Condamnation de Santiago Uribe : Réactions de Gustavo Petro

Le 25 novembre 2025, un tournant judiciaire majeur a eu lieu en Colombie avec la condamnation de Santiago Uribe Vélez, frère de l’ancien président Álvaro Uribe. Le Tribunal supérieur d’Antioquia a annulé son acquittement, le condamnant à 28 ans de prison pour sa participation à des crimes graves pendant le conflit armé. Cette décision a suscité des réactions fortes, notamment de la part de Gustavo Petro, le président actuel, qui a refait état de ses dénonciations passées sur le sujet.

Les Détails de la Condamnation

Santiago Uribe a été reconnu coupable de plusieurs chefs d’accusation d’homicide aggravé et de lien avec des groupes paramilitaires, ce qui pose question sur le rôle de la famille Uribe dans le paramilitarisme colombien. Des preuves présentées lors du procès ont montré qu’Uribe avait joué un rôle central dans la création du groupe paramilitaire “Los 12 Apóstoles”, actif pendant les années 90.

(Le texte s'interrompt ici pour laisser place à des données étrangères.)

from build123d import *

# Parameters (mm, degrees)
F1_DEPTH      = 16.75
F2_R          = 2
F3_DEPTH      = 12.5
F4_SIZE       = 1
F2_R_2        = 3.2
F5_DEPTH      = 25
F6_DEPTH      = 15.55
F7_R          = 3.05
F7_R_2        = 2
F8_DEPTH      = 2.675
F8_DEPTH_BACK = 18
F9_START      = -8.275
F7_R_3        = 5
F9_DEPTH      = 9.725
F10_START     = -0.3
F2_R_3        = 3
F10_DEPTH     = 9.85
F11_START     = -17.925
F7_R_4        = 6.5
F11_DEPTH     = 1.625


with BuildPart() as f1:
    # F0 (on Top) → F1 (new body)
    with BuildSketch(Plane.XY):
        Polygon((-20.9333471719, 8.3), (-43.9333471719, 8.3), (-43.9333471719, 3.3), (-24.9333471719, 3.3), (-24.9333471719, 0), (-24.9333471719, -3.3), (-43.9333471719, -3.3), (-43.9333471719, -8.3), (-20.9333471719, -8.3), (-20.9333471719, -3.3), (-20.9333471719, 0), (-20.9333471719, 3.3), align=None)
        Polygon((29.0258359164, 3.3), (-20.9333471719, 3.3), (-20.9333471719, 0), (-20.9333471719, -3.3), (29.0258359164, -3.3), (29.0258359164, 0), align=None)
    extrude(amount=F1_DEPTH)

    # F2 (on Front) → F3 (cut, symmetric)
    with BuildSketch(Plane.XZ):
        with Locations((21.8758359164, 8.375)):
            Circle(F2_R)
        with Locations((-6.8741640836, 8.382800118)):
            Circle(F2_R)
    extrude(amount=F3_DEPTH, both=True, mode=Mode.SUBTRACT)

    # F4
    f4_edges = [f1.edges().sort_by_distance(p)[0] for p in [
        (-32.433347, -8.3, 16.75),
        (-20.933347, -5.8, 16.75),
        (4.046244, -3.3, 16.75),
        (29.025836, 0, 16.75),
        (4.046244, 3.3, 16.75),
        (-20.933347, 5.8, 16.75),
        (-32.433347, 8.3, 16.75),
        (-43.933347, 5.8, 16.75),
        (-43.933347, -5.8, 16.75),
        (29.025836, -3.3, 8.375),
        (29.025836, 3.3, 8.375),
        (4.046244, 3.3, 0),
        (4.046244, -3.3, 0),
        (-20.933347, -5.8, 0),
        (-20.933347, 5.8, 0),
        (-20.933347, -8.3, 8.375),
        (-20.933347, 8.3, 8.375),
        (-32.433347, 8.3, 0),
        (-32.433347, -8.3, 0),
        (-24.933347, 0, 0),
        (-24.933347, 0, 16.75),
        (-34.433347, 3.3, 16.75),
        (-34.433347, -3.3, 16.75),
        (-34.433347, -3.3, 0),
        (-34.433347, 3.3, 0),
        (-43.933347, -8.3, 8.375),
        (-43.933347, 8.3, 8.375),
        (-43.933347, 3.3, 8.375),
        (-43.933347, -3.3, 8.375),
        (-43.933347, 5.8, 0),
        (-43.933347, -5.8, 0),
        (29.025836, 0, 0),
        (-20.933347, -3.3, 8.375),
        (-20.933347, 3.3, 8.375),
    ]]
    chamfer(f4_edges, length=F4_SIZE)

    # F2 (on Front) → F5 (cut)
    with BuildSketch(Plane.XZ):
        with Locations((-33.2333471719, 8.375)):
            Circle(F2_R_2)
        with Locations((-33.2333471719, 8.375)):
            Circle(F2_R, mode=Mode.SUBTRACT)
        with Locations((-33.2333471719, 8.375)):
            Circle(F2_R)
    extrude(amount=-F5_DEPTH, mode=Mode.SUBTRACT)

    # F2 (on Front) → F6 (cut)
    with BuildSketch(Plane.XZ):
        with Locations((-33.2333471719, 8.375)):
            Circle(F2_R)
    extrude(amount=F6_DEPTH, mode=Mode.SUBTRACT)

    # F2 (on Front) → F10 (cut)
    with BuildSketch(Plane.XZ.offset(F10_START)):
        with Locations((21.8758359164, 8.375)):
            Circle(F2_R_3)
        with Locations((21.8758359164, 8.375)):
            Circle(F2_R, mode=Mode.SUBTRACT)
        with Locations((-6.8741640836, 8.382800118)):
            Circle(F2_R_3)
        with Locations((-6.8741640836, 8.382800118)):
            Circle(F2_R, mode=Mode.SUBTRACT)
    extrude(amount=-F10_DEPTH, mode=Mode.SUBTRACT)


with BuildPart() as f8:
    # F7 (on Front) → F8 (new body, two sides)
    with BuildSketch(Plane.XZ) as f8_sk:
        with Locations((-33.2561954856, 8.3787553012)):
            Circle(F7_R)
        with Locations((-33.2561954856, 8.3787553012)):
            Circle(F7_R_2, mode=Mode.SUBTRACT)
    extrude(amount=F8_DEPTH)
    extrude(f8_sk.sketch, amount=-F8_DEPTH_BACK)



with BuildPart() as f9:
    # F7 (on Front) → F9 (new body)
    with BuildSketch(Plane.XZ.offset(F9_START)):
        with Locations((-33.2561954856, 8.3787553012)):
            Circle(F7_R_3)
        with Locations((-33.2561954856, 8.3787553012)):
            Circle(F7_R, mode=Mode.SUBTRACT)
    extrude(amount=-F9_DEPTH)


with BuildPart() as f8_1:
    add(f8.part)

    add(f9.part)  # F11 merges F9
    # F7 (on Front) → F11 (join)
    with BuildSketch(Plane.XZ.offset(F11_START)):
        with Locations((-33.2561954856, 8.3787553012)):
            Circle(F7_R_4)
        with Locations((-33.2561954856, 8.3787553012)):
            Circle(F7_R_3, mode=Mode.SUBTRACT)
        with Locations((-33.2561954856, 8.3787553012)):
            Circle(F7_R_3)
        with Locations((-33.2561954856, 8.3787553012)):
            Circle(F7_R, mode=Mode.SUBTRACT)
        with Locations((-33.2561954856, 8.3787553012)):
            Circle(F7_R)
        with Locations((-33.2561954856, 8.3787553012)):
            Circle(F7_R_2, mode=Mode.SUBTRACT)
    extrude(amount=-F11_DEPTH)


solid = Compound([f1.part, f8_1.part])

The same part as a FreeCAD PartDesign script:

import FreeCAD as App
import Part
import Sketcher
from FreeCAD import Vector


def edges_at(feature, points):
    """Names of the edges that pass closest to the given points."""
    edges = feature.Shape.Edges
    near = lambda p: min(range(len(edges)), key=lambda i: edges[i].distToShape(Part.Vertex(*p))[0])
    return sorted({f"Edge{near(p) + 1}" for p in points})


def add_polygon(sketch, points):
    """Adds a closed chain of lines whose ends are joined by coincident constraints."""
    first, n = sketch.GeometryCount, len(points)
    for a, b in zip(points, points[1:] + points[:1]):
        sketch.addGeometry(Part.LineSegment(App.Vector(*a, 0), App.Vector(*b, 0)), False)
    for i in range(n):
        sketch.addConstraint(Sketcher.Constraint("Coincident", first + i, 2, first + (i + 1) % n, 1))

doc = App.newDocument("Part")
body = doc.addObject("PartDesign::Body", "Body")

sketch1 = body.newObject("Sketcher::SketchObject", "Sketch")
sketch1.AttachmentSupport = (doc.getObject("XY_Plane"), [""])
sketch1.MapMode = "FlatFace"
add_polygon(sketch1, [(-20.933347, 8.3), (-43.933347, 8.3), (-43.933347, 3.3), (-24.933347, 3.3), (-24.933347, -3.3), (-43.933347, -3.3), (-43.933347, -8.3), (-20.933347, -8.3), (-20.933347, -3.3), (29.025836, -3.3), (29.025836, 3.3), (-20.933347, 3.3)])
sketch1.addConstraint(Sketcher.Constraint("Horizontal", 0))
sketch1.addConstraint(Sketcher.Constraint("Vertical", 1))
sketch1.addConstraint(Sketcher.Constraint("Horizontal", 2))
sketch1.addConstraint(Sketcher.Constraint("Vertical", 3))
sketch1.addConstraint(Sketcher.Constraint("Horizontal", 4))
sketch1.addConstraint(Sketcher.Constraint("Vertical", 5))
sketch1.addConstraint(Sketcher.Constraint("Horizontal", 6))
sketch1.addConstraint(Sketcher.Constraint("Vertical", 7))
sketch1.addConstraint(Sketcher.Constraint("Horizontal", 8))
sketch1.addConstraint(Sketcher.Constraint("Vertical", 9))
sketch1.addConstraint(Sketcher.Constraint("Horizontal", 10))
sketch1.addConstraint(Sketcher.Constraint("Vertical", 11))
sketch1.addConstraint(Sketcher.Constraint("Symmetric", 1, 2, 4, 2, -1))
sketch1.addConstraint(Sketcher.Constraint("Symmetric", 7, 2, 10, 2, -1))
sketch1.addConstraint(Sketcher.Constraint("Horizontal", 4, 2, 7, 2))
sketch1.addConstraint(Sketcher.Constraint("Equal", 1, 5))
sketch1.addConstraint(Sketcher.Constraint("DistanceX", 0, 2, 0, 1, 23.0))
sketch1.addConstraint(Sketcher.Constraint("DistanceX", 2, 1, 2, 2, 19.0))
sketch1.addConstraint(Sketcher.Constraint("DistanceY", 1, 2, 1, 1, 5.0))
sketch1.addConstraint(Sketcher.Constraint("DistanceY", 3, 2, 3, 1, 6.6))
sketch1.addConstraint(Sketcher.Constraint("DistanceX", 8, 1, 8, 2, 49.959183))
sketch1.addConstraint(Sketcher.Constraint("DistanceX", 0, 2, -1, 1, 43.933347))
pad1 = body.newObject("PartDesign::Pad", "Pad")
pad1.Profile = sketch1
pad1.Length = 16.75

sketch2 = body.newObject("Sketcher::SketchObject", "Sketch001")
sketch2.AttachmentSupport = (doc.getObject("XZ_Plane"), [""])
sketch2.MapMode = "FlatFace"
sketch2.addGeometry(Part.Circle(Vector(21.875836, 8.375, 0), Vector(0, 0, 1), 2), False)
sketch2.addGeometry(Part.Circle(Vector(-6.874164, 8.3828, 0), Vector(0, 0, 1), 2), False)
sketch2.addConstraint(Sketcher.Constraint("Equal", 0, 1))
sketch2.addConstraint(Sketcher.Constraint("Diameter", 0, 4.0))
sketch2.addConstraint(Sketcher.Constraint("DistanceX", 1, 3, 0, 3, 28.75))
sketch2.addConstraint(Sketcher.Constraint("DistanceY", -1, 1, 0, 3, 8.375))
sketch2.addConstraint(Sketcher.Constraint("DistanceY", -1, 1, 1, 3, 8.3828))
sketch2.addConstraint(Sketcher.Constraint("DistanceX", -1, 1, 0, 3, 21.875836))
pocket1 = body.newObject("PartDesign::Pocket", "Pocket")
pocket1.Profile = sketch2
pocket1.Length = 25
pocket1.Midplane = True
doc.recompute()

chamfer = body.newObject("PartDesign::Chamfer", "Chamfer")
chamfer.Base = (pocket1, edges_at(pocket1, [
    (-32.433, -8.3, 16.75),
    (-20.933, -5.8, 16.75),
    (4.046, -3.3, 16.75),
    (29.026, 0, 16.75),
    (4.046, 3.3, 16.75),
    (-20.933, 5.8, 16.75),
    (-32.433, 8.3, 16.75),
    (-43.933, 5.8, 16.75),
    (-43.933, -5.8, 16.75),
    (29.026, -3.3, 8.375),
    (29.026, 3.3, 8.375),
    (4.046, 3.3, 0),
    (4.046, -3.3, 0),
    (-20.933, -5.8, 0),
    (-20.933, 5.8, 0),
    (-20.933, -8.3, 8.375),
    (-20.933, 8.3, 8.375),
    (-32.433, 8.3, 0),
    (-32.433, -8.3, 0),
    (-24.933, 0, 0),
    (-24.933, 0, 16.75),
    (-34.433, 3.3, 16.75),
    (-34.433, -3.3, 16.75),
    (-34.433, -3.3, 0),
    (-34.433, 3.3, 0),
    (-43.933, -8.3, 8.375),
    (-43.933, 8.3, 8.375),
    (-43.933, 3.3, 8.375),
    (-43.933, -3.3, 8.375),
    (-43.933, 5.8, 0),
    (-43.933, -5.8, 0),
    (29.026, 0, 0),
    (-20.933, -3.3, 8.375),
    (-20.933, 3.3, 8.375),
]))
chamfer.Size = 1

sketch3 = body.newObject("Sketcher::SketchObject", "Sketch002")
sketch3.AttachmentSupport = (doc.getObject("XZ_Plane"), [""])
sketch3.MapMode = "FlatFace"
sketch3.addGeometry(Part.Circle(Vector(-33.233347, 8.375, 0), Vector(0, 0, 1), 3.2), False)
sketch3.addConstraint(Sketcher.Constraint("Diameter", 0, 6.4))
sketch3.addConstraint(Sketcher.Constraint("DistanceY", -1, 1, 0, 3, 8.375))
sketch3.addConstraint(Sketcher.Constraint("DistanceX", 0, 3, -1, 1, 33.233347))
pocket2 = body.newObject("PartDesign::Pocket", "Pocket001")
pocket2.Profile = sketch3
pocket2.Length = 25

sketch4 = body.newObject("Sketcher::SketchObject", "Sketch003")
sketch4.AttachmentSupport = (doc.getObject("XZ_Plane"), [""])
sketch4.MapMode = "FlatFace"
sketch4.addGeometry(Part.Circle(Vector(-33.233347, 8.375, 0), Vector(0, 0, 1), 2), False)
sketch4.addConstraint(Sketcher.Constraint("Diameter", 0, 4.0))
sketch4.addConstraint(Sketcher.Constraint("DistanceY", -1, 1, 0, 3, 8.375))
sketch4.addConstraint(Sketcher.Constraint("DistanceX", 0, 3, -1, 1, 33.233347))
pocket3 = body.newObject("PartDesign::Pocket", "Pocket002")
pocket3.Profile = sketch4
pocket3.Length = 15.55
pocket3.Reversed = True

sketch5 = body.newObject("Sketcher::SketchObject", "Sketch004")
sketch5.AttachmentSupport = (doc.getObject("XZ_Plane"), [""])
sketch5.MapMode = "FlatFace"
sketch5.AttachmentOffset = App.Placement(Vector(0, 0, -0.3), App.Rotation())
sketch5.addGeometry(Part.Circle(Vector(21.875836, 8.375, 0), Vector(0, 0, 1), 3), False)
sketch5.addGeometry(Part.Circle(Vector(21.875836, 8.375, 0), Vector(0, 0, 1), 2), False)
sketch5.addGeometry(Part.Circle(Vector(-6.874164, 8.3828, 0), Vector(0, 0, 1), 3), False)
sketch5.addGeometry(Part.Circle(Vector(-6.874164, 8.3828, 0), Vector(0, 0, 1), 2), False)
sketch5.addConstraint(Sketcher.Constraint("Coincident", 1, 3, 0, 3))
sketch5.addConstraint(Sketcher.Constraint("Coincident", 3, 3, 2, 3))
sketch5.addConstraint(Sketcher.Constraint("Equal", 0, 2))
sketch5.addConstraint(Sketcher.Constraint("Equal", 1, 3))
sketch5.addConstraint(Sketcher.Constraint("Diameter", 0, 6.0))
sketch5.addConstraint(Sketcher.Constraint("Diameter", 1, 4.0))
sketch5.addConstraint(Sketcher.Constraint("DistanceX", 2, 3, 0, 3, 28.75))
sketch5.addConstraint(Sketcher.Constraint("DistanceY", -1, 1, 0, 3, 8.375))
sketch5.addConstraint(Sketcher.Constraint("DistanceY", -1, 1, 2, 3, 8.3828))
sketch5.addConstraint(Sketcher.Constraint("DistanceX", -1, 1, 0, 3, 21.875836))
pocket4 = body.newObject("PartDesign::Pocket", "Pocket003")
pocket4.Profile = sketch5
pocket4.Length = 9.85
body2 = doc.addObject("PartDesign::Body", "Body001")

sketch6 = body2.newObject("Sketcher::SketchObject", "Sketch005")
sketch6.AttachmentSupport = (doc.getObject("XZ_Plane001"), [""])
sketch6.MapMode = "FlatFace"
sketch6.addGeometry(Part.Circle(Vector(-33.256195, 8.378755, 0), Vector(0, 0, 1), 3.05), False)
sketch6.addGeometry(Part.Circle(Vector(-33.256195, 8.378755, 0), Vector(0, 0, 1), 2), False)
sketch6.addConstraint(Sketcher.Constraint("Coincident", 1, 3, 0, 3))
sketch6.addConstraint(Sketcher.Constraint("Diameter", 1, 4.0))
sketch6.addConstraint(Sketcher.Constraint("Diameter", 0, 6.1))
sketch6.addConstraint(Sketcher.Constraint("DistanceX", 0, 3, -1, 1, 33.256195))
sketch6.addConstraint(Sketcher.Constraint("DistanceY", -1, 1, 0, 3, 8.378755))
pad2 = body2.newObject("PartDesign::Pad", "Pad001")
pad2.Profile = sketch6
pad2.Type = "TwoLengths"
pad2.Length = 2.675
pad2.Length2 = 18
body3 = doc.addObject("PartDesign::Body", "Body002")

sketch7 = body3.newObject("Sketcher::SketchObject", "Sketch006")
sketch7.AttachmentSupport = (doc.getObject("XZ_Plane002"), [""])
sketch7.MapMode = "FlatFace"
sketch7.AttachmentOffset = App.Placement(Vector(0, 0, -8.275), App.Rotation())
sketch7.addGeometry(Part.Circle(Vector(-33.256195, 8.378755, 0), Vector(0, 0, 1), 5), False)
sketch7.addGeometry(Part.Circle(Vector(-33.256195, 8.378755, 0), Vector(0, 0, 1), 3.05), False)
sketch7.addConstraint(Sketcher.Constraint("Coincident", 1, 3, 0, 3))
sketch7.addConstraint(Sketcher.Constraint("Diameter", 0, 10.0))
sketch7.addConstraint(Sketcher.Constraint("Diameter", 1, 6.1))
sketch7.addConstraint(Sketcher.Constraint("DistanceX", 0, 3, -1, 1, 33.256195))
sketch7.addConstraint(Sketcher.Constraint("DistanceY", -1, 1, 0, 3, 8.378755))
pad3 = body3.newObject("PartDesign::Pad", "Pad002")
pad3.Profile = sketch7
pad3.Length = 9.725
pad3.Reversed = True
doc.recompute()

Gustavo Petro : Un Dénonceur Précoce

Dans un message diffusé sur Twitter, Petro s’est précipité pour rappeler qu’il avait dénoncé l’existence de “Los 12 Apóstoles” dès 2007. Lors d’un débat au Sénat, il avait souligné le lien entre le paramilitarisme en Antioquia et des intérêts politiques et économiques majeurs. Petro a affirmé : « Je dénonçais, pour la première fois devant le pays, les ’12 apóstoles’ comme les précurseurs du paramilitarisme. »

Le Contexte Historique

Petro a évoqué le contexte sanglant de l’époque des Autodefensas Unidas de Colombia (AUC), qui avaient sévèrement frappé la région. Il a mis l’accent sur le nombre élevé d’homicides dans la zone de Yarumal et d’autres municipalités. La hacienda La Carolina est identifiée comme un épicentre de ces activités paramilitaires, impliquant également des figures politiques proches d’Uribe.

Les Conséquences des Activités Paramilitaires

La violence associée à “Los 12 Apóstoles” a eu des conséquences tragiques, avec des disparitions forcées et des méthodes brutales pour dissimuler les crimes. Petro a rappelé des épisodes horrifiques, comme le fait que des corps de victimes étaient jetés dans des lagunes habitées par des caïmans pour camoufler les meurtres.

Les Répercussions Personnelles pour Petro

Suite à ses dénonciations, Petro a révélé avoir subi des persécutions politiques, et sa famille a fait l’objet d’écoutes illégales par le Département administratif de sécurité (DAS). Ce climat hostile a poussé plusieurs membres de sa famille à s’exiler.

Une Politique Actuelle Teintée par le Passé

En reliant le passé au présent, Petro a exprimé sa conviction que certains secteurs politiques en Colombie et même aux États-Unis tentent de saper son gouvernement en raison de ses révélations sur le paramilitarisme. Il a accusé des politiciens, notamment ceux proches d’Uribe, de continuer à protéger les intérêts des narcotrafiquants.

Conclusion : Un Écho Historique

La condamnation de Santiago Uribe ne fait pas que révéler des faits du passé ; elle met aussi en lumière les répercussions continues des conflits et des violences en Colombie. Gustavo Petro, avec son passé de sénateur conscient des enjeux de la violence paramilitaire, continue de dénoncer les structures qui ont permis à ces groupes d’agir impunément.

Cette situation souligne la nécessité d’une mémoire historique, non seulement pour comprendre les crimes du passé, mais aussi pour prévenir leur répétition à l’avenir.